Aim of the exercise:
Among the entries below, take the line with "# Sketch5 → Boss-Extrude4 (add)" and the line with "# Sketch9 → Boss-Extrude7 (add)", and output them and every line between them exactly, with nothing else.

Supplied records:

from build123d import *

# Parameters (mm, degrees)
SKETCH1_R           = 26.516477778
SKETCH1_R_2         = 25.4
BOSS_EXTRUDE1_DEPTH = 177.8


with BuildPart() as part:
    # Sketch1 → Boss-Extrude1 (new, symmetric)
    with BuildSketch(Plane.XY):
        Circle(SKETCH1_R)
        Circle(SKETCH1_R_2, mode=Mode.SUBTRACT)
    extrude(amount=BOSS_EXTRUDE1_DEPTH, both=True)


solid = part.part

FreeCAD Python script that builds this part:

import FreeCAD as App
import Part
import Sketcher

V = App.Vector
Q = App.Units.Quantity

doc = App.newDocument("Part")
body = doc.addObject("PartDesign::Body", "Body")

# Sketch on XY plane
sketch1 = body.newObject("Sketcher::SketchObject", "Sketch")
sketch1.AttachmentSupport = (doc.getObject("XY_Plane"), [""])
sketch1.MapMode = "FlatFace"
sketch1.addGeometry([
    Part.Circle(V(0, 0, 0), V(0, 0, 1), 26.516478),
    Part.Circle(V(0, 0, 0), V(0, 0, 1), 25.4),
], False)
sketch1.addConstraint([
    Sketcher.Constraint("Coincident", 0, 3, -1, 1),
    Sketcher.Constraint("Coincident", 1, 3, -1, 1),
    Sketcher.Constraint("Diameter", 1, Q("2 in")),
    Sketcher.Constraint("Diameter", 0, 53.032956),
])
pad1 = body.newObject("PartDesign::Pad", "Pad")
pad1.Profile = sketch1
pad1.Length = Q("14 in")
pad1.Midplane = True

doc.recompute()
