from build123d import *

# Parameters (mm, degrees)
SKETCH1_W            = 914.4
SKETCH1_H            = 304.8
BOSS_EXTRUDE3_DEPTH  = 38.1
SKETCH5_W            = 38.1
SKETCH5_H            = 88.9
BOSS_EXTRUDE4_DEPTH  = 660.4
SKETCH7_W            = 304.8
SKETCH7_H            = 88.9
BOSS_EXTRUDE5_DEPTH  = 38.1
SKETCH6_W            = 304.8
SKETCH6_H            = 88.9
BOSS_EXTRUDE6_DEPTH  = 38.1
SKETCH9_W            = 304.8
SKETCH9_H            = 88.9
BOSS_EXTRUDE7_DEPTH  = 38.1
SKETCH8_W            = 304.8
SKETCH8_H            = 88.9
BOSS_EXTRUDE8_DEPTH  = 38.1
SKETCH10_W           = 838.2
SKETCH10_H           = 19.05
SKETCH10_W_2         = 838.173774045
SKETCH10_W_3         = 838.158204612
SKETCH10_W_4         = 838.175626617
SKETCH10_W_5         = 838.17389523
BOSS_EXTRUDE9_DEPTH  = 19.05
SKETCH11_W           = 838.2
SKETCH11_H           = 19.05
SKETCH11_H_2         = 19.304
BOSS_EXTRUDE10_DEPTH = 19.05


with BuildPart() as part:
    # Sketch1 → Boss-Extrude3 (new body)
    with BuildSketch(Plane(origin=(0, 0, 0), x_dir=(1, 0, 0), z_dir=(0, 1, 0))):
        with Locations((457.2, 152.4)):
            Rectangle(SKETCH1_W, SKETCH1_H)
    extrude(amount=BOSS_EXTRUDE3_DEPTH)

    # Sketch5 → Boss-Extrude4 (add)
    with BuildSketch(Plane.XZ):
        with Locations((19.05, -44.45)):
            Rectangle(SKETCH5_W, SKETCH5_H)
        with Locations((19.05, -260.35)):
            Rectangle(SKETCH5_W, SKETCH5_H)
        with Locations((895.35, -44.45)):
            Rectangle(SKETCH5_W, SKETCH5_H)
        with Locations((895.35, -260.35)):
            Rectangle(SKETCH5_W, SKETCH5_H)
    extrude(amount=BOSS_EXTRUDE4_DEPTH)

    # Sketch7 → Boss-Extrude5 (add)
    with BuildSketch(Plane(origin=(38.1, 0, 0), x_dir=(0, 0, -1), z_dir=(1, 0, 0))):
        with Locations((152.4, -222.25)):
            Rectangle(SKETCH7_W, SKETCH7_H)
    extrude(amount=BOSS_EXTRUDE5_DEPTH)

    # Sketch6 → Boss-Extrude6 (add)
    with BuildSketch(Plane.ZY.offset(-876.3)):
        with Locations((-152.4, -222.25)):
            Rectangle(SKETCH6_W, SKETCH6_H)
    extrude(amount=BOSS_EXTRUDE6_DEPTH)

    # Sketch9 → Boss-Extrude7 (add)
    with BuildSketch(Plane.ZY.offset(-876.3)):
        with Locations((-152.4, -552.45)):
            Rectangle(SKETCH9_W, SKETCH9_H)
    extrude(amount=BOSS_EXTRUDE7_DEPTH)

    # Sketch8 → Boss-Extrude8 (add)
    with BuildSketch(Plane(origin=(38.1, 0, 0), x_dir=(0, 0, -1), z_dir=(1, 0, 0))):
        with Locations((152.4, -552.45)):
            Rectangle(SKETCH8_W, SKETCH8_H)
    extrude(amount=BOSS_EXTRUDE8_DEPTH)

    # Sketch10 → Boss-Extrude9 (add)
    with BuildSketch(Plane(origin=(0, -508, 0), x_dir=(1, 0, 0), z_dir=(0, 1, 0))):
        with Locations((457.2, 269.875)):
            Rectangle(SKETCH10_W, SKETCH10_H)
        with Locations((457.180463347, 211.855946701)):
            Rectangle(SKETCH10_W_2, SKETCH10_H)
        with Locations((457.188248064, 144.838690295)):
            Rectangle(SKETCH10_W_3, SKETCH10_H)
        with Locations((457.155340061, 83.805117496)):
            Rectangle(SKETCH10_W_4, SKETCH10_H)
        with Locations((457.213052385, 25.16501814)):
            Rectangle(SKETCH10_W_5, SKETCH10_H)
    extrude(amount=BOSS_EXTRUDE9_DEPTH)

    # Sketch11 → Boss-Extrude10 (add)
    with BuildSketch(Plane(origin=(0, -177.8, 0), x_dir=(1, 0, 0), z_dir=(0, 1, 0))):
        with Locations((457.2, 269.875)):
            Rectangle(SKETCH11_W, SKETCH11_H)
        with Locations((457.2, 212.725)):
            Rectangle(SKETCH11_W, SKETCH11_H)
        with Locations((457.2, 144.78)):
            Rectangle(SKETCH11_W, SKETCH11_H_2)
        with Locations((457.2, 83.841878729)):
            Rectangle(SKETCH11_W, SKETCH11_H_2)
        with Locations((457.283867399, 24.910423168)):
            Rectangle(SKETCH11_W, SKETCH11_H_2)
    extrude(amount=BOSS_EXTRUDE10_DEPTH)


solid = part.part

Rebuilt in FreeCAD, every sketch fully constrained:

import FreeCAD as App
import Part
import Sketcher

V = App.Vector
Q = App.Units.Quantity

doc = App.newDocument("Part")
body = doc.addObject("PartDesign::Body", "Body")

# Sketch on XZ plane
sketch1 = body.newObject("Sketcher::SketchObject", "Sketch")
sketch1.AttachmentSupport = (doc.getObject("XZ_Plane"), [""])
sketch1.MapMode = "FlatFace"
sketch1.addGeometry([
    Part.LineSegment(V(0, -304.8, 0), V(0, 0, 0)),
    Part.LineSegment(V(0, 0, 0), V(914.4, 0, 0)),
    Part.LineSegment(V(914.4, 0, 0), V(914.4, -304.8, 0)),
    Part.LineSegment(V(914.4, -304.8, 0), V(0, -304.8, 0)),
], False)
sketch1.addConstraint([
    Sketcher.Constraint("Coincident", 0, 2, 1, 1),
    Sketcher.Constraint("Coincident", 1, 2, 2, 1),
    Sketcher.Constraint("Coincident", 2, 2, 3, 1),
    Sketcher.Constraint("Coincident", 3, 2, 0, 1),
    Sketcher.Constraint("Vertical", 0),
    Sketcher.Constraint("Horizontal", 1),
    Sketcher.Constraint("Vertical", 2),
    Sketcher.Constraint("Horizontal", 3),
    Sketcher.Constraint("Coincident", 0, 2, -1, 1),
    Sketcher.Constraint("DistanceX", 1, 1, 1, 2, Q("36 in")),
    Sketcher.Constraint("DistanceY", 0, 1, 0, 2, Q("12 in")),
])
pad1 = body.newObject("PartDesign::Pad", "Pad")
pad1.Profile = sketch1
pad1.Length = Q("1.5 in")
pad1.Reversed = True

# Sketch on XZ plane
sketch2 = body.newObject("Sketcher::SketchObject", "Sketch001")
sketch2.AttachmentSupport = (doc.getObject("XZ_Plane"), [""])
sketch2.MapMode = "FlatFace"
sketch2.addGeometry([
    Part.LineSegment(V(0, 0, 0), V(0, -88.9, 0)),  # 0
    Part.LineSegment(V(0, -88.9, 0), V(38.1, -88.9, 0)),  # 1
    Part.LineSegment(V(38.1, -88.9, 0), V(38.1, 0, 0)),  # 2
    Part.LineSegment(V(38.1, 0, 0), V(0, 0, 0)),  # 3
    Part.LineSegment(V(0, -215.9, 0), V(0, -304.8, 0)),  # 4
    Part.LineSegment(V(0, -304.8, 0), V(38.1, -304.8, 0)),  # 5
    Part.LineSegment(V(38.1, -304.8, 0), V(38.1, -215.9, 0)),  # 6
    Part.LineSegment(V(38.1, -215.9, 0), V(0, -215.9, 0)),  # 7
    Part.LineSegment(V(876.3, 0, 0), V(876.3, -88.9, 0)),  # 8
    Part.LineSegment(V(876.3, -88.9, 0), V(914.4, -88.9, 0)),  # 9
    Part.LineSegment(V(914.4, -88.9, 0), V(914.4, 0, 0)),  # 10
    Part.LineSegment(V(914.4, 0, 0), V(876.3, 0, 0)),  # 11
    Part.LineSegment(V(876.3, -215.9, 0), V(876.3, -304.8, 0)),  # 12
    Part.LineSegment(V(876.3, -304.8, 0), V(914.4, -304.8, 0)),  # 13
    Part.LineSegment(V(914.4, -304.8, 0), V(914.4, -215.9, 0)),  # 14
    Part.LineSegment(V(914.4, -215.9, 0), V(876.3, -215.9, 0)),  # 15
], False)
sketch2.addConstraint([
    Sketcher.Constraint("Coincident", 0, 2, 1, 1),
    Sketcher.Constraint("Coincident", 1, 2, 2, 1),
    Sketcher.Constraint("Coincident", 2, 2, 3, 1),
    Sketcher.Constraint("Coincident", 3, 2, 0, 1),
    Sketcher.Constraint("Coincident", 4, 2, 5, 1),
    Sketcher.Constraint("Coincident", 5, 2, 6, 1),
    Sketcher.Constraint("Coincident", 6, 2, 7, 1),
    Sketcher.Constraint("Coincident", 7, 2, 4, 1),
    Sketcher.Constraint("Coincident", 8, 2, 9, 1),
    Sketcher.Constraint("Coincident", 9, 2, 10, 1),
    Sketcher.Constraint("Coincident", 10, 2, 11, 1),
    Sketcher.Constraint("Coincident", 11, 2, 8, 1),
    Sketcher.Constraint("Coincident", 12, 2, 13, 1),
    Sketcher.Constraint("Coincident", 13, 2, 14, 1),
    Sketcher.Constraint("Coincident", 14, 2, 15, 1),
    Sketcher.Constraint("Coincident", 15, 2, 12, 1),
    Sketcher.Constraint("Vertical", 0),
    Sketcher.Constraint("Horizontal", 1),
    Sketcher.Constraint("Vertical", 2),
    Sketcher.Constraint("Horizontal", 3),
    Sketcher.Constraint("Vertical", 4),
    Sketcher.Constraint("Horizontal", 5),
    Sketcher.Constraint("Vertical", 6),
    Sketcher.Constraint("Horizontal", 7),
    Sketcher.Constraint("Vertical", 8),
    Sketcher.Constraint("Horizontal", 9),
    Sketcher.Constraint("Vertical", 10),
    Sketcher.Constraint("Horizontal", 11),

Answer to this task:
    # Sketch5 → Boss-Extrude4 (add)
    with BuildSketch(Plane.XZ):
        with Locations((19.05, -44.45)):
            Rectangle(SKETCH5_W, SKETCH5_H)
        with Locations((19.05, -260.35)):
            Rectangle(SKETCH5_W, SKETCH5_H)
        with Locations((895.35, -44.45)):
            Rectangle(SKETCH5_W, SKETCH5_H)
        with Locations((895.35, -260.35)):
            Rectangle(SKETCH5_W, SKETCH5_H)
    extrude(amount=BOSS_EXTRUDE4_DEPTH)

    # Sketch7 → Boss-Extrude5 (add)
    with BuildSketch(Plane(origin=(38.1, 0, 0), x_dir=(0, 0, -1), z_dir=(1, 0, 0))):
        with Locations((152.4, -222.25)):
            Rectangle(SKETCH7_W, SKETCH7_H)
    extrude(amount=BOSS_EXTRUDE5_DEPTH)

    # Sketch6 → Boss-Extrude6 (add)
    with BuildSketch(Plane.ZY.offset(-876.3)):
        with Locations((-152.4, -222.25)):
            Rectangle(SKETCH6_W, SKETCH6_H)
    extrude(amount=BOSS_EXTRUDE6_DEPTH)

    # Sketch9 → Boss-Extrude7 (add)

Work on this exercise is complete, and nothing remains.